By now everyone must be thoroughly bored with my anti-Italian spiel, but it’s perhaps worth pointing out that it’s still possible to buy a superb and historic 18th century violin with a great sound for a sensible amount of money … as long as it’s not Italian! This particular instrument has a beautiful tone, rich and soft but with lots of volume and excellent carrying power. It’s a serious violin worth of a professional player – very well rounded, free of wolf notes or unpleasant artifacts, clean and clear in high positions, with just the right mix of response and resistance. Highly recommended!
This is a lovely mid-19th century Neapolitan violin of the Ventapane school, very characterful in design. Flat arching to front and back, typically short back length, lustrous oil varnish – overall this violin makes a very pleasing impression. The condition is pretty good – there’s a neatly repaired crack to the table (lower right edge), the left upper corner has been replaced, and there’s a minor flame crack in the upper right rib.
This is a very lively instrument with great response and a sugary sweet tone. It’s unusually willing, and responds well to a light touch – very easy to manipulate in higher positions, ideal for a showy player!
This is a fine early 20th century Italian violin by Silvio Paoletti, one of a number of good makers who trained under Valentino de Zorzi. The instrument bears multiple brands – on the button and the bottom rib externally, and on the inner back, the bassbar and the top block internally. It’s a very artistically made violin – the raised edgework is beautiful, the scroll and f-holes are finely cut, and the deep red varnish is rich and nicely craquelled. Overall the condition is very good – there’s a neatly repaired and barely perceptible crack below the bass f-hole, otherwise there are no issues.

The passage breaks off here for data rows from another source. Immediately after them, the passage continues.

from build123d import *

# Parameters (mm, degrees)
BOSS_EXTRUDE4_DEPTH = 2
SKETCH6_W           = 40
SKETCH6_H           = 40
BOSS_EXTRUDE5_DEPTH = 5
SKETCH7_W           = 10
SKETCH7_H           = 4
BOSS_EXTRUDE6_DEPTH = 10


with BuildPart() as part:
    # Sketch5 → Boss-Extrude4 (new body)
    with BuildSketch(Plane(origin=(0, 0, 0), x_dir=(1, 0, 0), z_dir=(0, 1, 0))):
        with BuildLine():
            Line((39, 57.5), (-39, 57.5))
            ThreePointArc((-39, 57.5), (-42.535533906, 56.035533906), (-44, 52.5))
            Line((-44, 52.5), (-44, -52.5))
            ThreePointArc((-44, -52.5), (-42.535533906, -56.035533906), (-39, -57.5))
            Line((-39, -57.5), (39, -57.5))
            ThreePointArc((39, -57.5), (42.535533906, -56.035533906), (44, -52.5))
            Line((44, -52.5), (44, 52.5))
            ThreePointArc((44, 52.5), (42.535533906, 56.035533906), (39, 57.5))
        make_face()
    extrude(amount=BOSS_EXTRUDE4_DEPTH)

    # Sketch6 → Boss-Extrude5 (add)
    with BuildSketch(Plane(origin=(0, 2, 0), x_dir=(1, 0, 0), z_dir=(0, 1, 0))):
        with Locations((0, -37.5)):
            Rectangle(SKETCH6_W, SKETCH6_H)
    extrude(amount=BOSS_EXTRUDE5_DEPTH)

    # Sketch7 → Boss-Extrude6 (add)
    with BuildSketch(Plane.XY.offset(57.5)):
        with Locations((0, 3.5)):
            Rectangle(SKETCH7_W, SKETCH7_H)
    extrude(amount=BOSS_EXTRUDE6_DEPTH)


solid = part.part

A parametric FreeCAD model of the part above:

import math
import FreeCAD as App
import Part
import Sketcher

V = App.Vector


def add_polygon(sketch, points):
    """Adds a closed chain of lines whose ends are joined by coincident constraints."""
    first, n = sketch.GeometryCount, len(points)
    for a, b in zip(points, points[1:] + points[:1]):
        sketch.addGeometry(Part.LineSegment(App.Vector(*a, 0), App.Vector(*b, 0)), False)
    for i in range(n):
        sketch.addConstraint(Sketcher.Constraint("Coincident", first + i, 2, first + (i + 1) % n, 1))

doc = App.newDocument("Part")
body = doc.addObject("PartDesign::Body", "Body")

sketch1 = body.newObject("Sketcher::SketchObject", "Sketch")
sketch1.AttachmentSupport = (doc.getObject("XZ_Plane"), [""])
sketch1.MapMode = "FlatFace"
sketch1.addGeometry([
    Part.LineSegment(V(39, -58, 0), V(-39, -58, 0)),
    Part.ArcOfCircle(Part.Circle(V(-39, -52, 0), V(0, 0, 1), 5), math.radians(180), math.radians(270)),
    Part.LineSegment(V(-44, -52, 0), V(-44, 52, 0)),
    Part.ArcOfCircle(Part.Circle(V(-39, 52, 0), V(0, 0, 1), 5), math.radians(90), math.radians(180)),
    Part.LineSegment(V(-39, 58, 0), V(39, 58, 0)),
    Part.ArcOfCircle(Part.Circle(V(39, 52, 0), V(0, 0, 1), 5), math.radians(0), math.radians(90)),
    Part.LineSegment(V(44, 52, 0), V(44, -52, 0)),
    Part.ArcOfCircle(Part.Circle(V(39, -52, 0), V(0, 0, 1), 5), math.radians(-90), math.radians(0)),
], False)
sketch1.addConstraint([
    Sketcher.Constraint("Tangent", 0, 2, 1, 2),
    Sketcher.Constraint("Tangent", 1, 1, 2, 1),
    Sketcher.Constraint("Tangent", 2, 2, 3, 2),
    Sketcher.Constraint("Tangent", 3, 1, 4, 1),
    Sketcher.Constraint("Tangent", 4, 2, 5, 2),
    Sketcher.Constraint("Tangent", 5, 1, 6, 1),
    Sketcher.Constraint("Tangent", 6, 2, 7, 2),
    Sketcher.Constraint("Tangent", 7, 1, 0, 1),
    Sketcher.Constraint("Horizontal", 0),
    Sketcher.Constraint("Vertical", 2),
    Sketcher.Constraint("Horizontal", 4),
    Sketcher.Constraint("Vertical", 6),
    Sketcher.Constraint("Equal", 1, 3),
    Sketcher.Constraint("Equal", 3, 5),
    Sketcher.Constraint("Equal", 5, 7),
    Sketcher.Constraint("Symmetric", 1, 3, 5, 3, -1, 1),
    Sketcher.Constraint("Radius", 1, 5.0),
    Sketcher.Constraint("DistanceX", 0, 2, 0, 1, 78.0),
    Sketcher.Constraint("DistanceY", 2, 1, 2, 2, 105.0),
])
pad1 = body.newObject("PartDesign::Pad", "Pad")
pad1.Profile = sketch1
pad1.Length = 2
pad1.Reversed = True

sketch2 = body.newObject("Sketcher::SketchObject", "Sketch001")
sketch2.AttachmentSupport = (doc.getObject("XZ_Plane"), [""])
sketch2.MapMode = "FlatFace"
sketch2.AttachmentOffset = App.Placement(V(0, 0, -2), App.Rotation())
add_polygon(sketch2, [(-20, 18), (-20, 58), (20, 58), (20, 18)])
sketch2.addConstraint([
    Sketcher.Constraint("Vertical", 0),
    Sketcher.Constraint("Horizontal", 1),
    Sketcher.Constraint("Vertical", 2),
    Sketcher.Constraint("Horizontal", 3),
    Sketcher.Constraint("Equal", 3, 0),
    Sketcher.Constraint("DistanceX", 1, 1, 1, 2, 40.0),
    Sketcher.Constraint("DistanceX", 0, 2, -1, 1, 20.0),
    Sketcher.Constraint("DistanceY", -1, 1, 0, 2, 57.5),
])
pad2 = body.newObject("PartDesign::Pad", "Pad001")
pad2.Profile = sketch2
pad2.Length = 5
pad2.Reversed = True

sketch3 = body.newObject("Sketcher::SketchObject", "Sketch002")
sketch3.AttachmentSupport = (doc.getObject("XY_Plane"), [""])
sketch3.MapMode = "FlatFace"
sketch3.AttachmentOffset = App.Placement(V(0, 0, 57.5), App.Rotation())
add_polygon(sketch3, [(-5, 5.5), (-5, 1.5), (5, 1.5), (5, 5.5)])
sketch3.addConstraint([
    Sketcher.Constraint("Vertical", 0),
    Sketcher.Constraint("Horizontal", 1),
    Sketcher.Constraint("Vertical", 2),
    Sketcher.Constraint("Horizontal", 3),
    Sketcher.Constraint("DistanceX", 1, 1, 1, 2, 10.0),
    Sketcher.Constraint("DistanceY", 0, 2, 0, 1, 4.0),
    Sketcher.Constraint("DistanceX", 0, 2, -1, 1, 5.0),
    Sketcher.Constraint("DistanceY", -1, 1, 0, 2, 1.5),
])
pad3 = body.newObject("PartDesign::Pad", "Pad002")
pad3.Profile = sketch3
pad3.Length = 10

doc.recompute()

There’s no question that Italian violins command a ridiculous premium compared to equivalent instruments from elsewhere in Europe – Italy is after all the home of the violin, and the myth of Stradivari will never die! I try to ignore the hype, but when I come across a beautifully made Italian instrument that also sounds great, then suddenly it seems even more “Italian”! This violin is a good example – a superb piece of craftsmanship with a refined soprano voice, exuding charm and self-confidence. It has a strong, clear and warm tone throughout the range, with a wide range of colours and great expressive potential. More details
The Silvestres were exceptional makers, and their success owes much to their training with Nicolas Lupot and JB Vuillaume. The two brothers worked together from 1829 until 1848, and this violin is a very fine example of their collaborative work. It’s in an exceptional state of preservation, free from repairs or damages, and with very little wear to the original varnish.
I’m a big fan of the Lyon school, and the Silvestres can do no wrong in my book! This particular instrument is of soloist quality – it has a big muscular sound, very focused but also very versatile. In the words of an old Yugoslavian folk song Srce Je Moja Violina “my heart is a violin … don’t touch it if you don’t know how to play it”.